In some embodiments, using the changed sub-structures, a machine learning model is trained to form a new model object. The trained model object represents a mapping function which makes predictions or decisions on new or unseen sub-structures or data in the HTML graph.
With reference to FIG. 1 , a pictorial representation of a network of data processing system is depicted in which illustrative embodiments may be implemented. Network data processing system 100 is a network of computers in which the illustrative embodiments may be implemented. Network data processing system 100 contains network 102, which is the medium used to provide communications links between various devices and computers connected within network data processing system 100. Network 102 may include connections, such as wire, wireless communication links, or fiber optic cables.
In the depicted example, server computers 104 and 106 and storage unit 108 connect to network 102. In addition, client devices 110 connect to network 102. In the depicted example, server computer 104 provides information, such as boot files, operating system images, and applications to client devices 110. Client devices 110 can be, for example, computers, workstations, or network computers. As depicted, client devices 110 include client computers 112, 114, and 116. Client devices 110 can also include other types of client devices such as mobile phone 118, tablet computer 120, and smart glasses 122.
In the illustrative example of FIG. 1 , server computers 104 and 106, storage unit 108, and client devices 110 are network devices that connect to network 102 in which network 102 is the communications media for these network devices.
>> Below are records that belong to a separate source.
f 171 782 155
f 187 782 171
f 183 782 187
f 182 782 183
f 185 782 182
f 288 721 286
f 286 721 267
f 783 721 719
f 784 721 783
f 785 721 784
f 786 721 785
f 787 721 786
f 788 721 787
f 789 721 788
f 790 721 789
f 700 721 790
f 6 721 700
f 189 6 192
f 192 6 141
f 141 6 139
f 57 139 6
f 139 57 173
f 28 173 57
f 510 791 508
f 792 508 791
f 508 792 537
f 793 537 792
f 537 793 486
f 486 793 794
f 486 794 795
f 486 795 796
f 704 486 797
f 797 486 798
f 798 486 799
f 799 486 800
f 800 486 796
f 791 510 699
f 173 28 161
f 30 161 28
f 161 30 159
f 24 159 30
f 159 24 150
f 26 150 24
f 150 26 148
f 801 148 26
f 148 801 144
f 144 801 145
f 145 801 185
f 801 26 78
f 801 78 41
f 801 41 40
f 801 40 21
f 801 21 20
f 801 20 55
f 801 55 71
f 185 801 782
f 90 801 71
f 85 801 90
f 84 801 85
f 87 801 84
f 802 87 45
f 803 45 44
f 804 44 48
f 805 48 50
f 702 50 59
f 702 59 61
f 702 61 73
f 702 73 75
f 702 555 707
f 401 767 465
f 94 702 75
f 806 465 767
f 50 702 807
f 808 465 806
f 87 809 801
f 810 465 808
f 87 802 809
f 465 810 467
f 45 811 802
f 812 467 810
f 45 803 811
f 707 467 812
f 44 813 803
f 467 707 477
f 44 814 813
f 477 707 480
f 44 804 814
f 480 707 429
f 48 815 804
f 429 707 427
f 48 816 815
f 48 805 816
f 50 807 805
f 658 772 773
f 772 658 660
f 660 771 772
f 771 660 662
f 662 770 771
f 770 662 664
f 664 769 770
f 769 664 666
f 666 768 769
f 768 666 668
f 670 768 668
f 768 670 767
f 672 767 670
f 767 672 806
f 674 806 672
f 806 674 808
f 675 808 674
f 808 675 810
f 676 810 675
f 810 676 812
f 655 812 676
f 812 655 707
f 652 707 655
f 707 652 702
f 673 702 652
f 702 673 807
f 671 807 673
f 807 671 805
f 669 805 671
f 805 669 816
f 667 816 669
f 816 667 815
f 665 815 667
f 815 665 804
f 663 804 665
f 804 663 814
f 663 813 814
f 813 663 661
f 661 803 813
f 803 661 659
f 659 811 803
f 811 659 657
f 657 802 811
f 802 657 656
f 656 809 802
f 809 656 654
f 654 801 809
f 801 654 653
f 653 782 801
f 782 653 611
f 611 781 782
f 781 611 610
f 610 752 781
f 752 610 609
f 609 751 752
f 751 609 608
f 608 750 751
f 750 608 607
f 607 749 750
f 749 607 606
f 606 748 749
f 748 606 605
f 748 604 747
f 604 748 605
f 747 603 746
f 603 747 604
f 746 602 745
Some or all of client devices 110 may form an Internet of things (IoT) in which these physical devices can connect to network 102 and exchange information with each other over network 102.
Program code located in network data processing system 100 can be stored on a computer-recordable storage medium and downloaded to a data processing system or other device for use. For example, the program code can be stored on a computer-recordable storage medium on server computers 104 and 106 and storage unit 108 and downloaded to client devices 110 over network 102 for use on client devices 110.
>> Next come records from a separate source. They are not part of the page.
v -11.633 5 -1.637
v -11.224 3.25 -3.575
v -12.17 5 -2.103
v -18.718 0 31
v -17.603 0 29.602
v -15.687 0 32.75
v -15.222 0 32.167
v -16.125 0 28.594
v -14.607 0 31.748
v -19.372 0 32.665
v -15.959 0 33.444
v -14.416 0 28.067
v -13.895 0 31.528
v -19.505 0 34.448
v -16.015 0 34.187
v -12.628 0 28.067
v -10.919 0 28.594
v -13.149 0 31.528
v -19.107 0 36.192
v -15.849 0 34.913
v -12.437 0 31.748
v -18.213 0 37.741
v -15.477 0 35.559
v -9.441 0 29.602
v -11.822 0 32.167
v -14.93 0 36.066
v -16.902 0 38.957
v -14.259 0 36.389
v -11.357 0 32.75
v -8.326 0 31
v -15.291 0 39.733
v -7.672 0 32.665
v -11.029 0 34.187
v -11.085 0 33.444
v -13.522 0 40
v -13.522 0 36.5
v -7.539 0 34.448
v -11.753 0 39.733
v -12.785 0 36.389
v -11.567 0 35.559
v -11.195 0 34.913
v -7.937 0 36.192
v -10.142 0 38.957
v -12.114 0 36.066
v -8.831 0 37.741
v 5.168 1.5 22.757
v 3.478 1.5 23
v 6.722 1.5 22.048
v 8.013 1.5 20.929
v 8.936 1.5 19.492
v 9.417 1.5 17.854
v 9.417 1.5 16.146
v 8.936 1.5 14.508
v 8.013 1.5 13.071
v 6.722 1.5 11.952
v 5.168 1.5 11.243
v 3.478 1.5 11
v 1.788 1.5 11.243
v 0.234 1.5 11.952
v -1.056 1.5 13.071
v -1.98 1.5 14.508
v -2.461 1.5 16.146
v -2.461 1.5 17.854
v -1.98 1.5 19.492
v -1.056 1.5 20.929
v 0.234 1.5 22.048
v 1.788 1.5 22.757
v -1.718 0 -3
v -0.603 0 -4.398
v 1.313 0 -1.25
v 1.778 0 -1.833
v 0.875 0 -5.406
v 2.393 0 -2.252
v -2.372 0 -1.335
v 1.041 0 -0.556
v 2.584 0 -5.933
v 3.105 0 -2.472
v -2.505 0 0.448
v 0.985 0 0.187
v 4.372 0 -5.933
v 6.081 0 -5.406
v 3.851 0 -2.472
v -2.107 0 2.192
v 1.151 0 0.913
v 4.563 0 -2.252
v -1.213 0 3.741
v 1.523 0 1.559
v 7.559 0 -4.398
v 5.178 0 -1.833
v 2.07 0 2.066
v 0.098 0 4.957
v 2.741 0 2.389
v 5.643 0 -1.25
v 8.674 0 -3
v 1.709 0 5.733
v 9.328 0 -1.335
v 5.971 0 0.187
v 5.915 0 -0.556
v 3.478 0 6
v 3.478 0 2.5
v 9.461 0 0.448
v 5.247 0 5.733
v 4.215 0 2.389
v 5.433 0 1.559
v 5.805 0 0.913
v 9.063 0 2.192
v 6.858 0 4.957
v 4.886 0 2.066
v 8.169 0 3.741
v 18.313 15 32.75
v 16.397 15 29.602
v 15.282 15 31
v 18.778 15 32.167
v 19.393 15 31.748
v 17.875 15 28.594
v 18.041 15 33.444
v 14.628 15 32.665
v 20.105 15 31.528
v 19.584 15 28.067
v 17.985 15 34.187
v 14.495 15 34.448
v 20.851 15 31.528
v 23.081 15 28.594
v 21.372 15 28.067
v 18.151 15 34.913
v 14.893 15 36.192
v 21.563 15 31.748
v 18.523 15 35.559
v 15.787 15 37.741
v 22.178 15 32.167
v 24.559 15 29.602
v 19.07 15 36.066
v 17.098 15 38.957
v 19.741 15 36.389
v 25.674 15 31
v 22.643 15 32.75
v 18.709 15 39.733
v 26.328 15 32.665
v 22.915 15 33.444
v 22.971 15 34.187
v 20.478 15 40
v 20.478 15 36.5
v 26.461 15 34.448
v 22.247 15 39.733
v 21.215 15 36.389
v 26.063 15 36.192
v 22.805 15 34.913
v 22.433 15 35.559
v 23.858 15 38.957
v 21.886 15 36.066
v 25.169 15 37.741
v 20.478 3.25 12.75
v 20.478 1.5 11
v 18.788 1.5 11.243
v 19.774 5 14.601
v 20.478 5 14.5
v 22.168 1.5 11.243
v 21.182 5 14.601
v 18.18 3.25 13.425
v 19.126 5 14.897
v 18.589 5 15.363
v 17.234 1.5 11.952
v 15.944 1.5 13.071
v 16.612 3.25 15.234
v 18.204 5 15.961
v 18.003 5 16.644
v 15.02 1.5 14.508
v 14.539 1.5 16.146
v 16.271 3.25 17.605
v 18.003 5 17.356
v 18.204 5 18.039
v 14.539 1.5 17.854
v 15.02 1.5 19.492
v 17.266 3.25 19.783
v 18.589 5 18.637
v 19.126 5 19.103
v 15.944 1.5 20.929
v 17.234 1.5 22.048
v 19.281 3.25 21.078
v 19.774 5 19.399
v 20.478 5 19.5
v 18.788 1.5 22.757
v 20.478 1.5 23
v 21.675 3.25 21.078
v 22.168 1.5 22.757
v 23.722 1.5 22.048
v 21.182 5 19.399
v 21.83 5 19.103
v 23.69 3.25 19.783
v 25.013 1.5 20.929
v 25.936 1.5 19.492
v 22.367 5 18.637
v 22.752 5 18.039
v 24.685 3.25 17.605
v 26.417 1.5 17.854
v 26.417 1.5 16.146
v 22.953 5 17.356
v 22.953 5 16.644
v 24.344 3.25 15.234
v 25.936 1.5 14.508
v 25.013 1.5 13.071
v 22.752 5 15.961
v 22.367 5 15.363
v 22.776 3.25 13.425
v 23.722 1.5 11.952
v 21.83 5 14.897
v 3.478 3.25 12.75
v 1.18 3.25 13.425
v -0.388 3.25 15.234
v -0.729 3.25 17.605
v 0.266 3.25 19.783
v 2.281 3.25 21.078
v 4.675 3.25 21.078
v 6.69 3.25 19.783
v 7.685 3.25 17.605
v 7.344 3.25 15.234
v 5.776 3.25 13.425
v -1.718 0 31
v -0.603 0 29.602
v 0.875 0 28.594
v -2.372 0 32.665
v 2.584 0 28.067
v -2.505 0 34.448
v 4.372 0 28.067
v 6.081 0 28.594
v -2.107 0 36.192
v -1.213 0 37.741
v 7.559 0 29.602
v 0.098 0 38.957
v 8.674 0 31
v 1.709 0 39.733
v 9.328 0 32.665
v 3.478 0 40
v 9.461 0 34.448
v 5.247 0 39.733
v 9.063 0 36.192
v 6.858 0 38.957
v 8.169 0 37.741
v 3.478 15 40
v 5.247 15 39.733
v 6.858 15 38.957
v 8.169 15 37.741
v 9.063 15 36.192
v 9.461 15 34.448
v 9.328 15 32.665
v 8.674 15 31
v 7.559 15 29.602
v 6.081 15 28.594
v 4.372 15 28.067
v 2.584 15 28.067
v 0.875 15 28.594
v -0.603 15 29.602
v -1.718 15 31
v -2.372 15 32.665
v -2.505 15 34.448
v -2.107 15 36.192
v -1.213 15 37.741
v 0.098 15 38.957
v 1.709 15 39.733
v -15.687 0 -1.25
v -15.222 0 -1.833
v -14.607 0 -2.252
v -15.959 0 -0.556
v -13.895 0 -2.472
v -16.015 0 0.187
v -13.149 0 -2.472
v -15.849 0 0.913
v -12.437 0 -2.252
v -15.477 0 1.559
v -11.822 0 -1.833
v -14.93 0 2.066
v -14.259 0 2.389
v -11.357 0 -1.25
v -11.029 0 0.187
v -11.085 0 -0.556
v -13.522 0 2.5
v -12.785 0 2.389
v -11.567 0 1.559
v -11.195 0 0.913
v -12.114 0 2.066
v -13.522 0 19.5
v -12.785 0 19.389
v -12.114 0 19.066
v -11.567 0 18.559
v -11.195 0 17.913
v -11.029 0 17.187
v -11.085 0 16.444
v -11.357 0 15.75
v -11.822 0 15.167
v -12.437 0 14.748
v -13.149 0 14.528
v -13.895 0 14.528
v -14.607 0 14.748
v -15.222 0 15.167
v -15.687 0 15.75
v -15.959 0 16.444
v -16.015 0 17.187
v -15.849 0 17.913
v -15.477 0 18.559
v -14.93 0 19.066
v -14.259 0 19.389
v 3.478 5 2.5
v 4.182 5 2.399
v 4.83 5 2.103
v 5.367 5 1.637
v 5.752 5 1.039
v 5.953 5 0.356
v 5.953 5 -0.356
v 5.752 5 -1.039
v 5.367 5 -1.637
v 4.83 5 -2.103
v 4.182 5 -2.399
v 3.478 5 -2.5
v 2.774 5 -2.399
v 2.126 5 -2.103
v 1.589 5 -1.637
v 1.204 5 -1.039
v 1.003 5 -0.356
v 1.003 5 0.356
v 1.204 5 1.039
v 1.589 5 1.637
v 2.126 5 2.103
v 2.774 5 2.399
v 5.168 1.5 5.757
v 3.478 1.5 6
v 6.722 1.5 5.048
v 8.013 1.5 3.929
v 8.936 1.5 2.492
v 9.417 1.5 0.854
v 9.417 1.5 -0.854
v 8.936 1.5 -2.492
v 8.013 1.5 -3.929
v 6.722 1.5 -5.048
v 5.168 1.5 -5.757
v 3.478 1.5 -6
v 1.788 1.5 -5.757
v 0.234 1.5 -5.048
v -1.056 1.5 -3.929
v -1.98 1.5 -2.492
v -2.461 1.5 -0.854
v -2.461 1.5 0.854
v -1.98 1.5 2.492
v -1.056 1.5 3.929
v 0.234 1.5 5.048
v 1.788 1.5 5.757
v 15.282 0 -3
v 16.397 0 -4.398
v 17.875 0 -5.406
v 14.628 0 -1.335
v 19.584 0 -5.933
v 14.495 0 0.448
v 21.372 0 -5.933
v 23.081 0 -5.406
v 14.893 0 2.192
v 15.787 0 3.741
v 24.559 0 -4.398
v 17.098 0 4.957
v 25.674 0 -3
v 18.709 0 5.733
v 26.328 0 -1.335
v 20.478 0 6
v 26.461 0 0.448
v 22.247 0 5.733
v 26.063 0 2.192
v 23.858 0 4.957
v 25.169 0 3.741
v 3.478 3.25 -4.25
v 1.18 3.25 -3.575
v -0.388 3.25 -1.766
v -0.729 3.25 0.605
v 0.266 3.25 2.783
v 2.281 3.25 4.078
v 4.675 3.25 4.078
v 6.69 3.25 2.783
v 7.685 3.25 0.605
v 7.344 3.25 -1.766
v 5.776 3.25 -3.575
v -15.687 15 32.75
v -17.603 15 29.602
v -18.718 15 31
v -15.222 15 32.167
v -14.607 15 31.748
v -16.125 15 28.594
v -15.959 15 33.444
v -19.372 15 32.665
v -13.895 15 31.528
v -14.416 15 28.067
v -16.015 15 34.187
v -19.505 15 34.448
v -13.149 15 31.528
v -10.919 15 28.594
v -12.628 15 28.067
In the illustrative example of FIG. 1 , network 102 can be the Internet representing a worldwide collection of networks and gateways that use the Transmission Control Protocol/Internet Protocol (TCP/IP) suite of protocols to communicate with one another. At the heart of the Internet is a backbone of high-speed data communication lines between major nodes or host computers consisting of thousands of commercial, governmental, educational, and other computer systems that route data and messages. Of course, network data processing system 100 also may be implemented using different types of networks. For example, network 102 can be comprised an intranet, a local area network (LAN), a metropolitan area network (MAN), or a wide area network (WAN). FIG. 1 is intended as an example, and not as an architectural limitation for the different illustrative embodiments.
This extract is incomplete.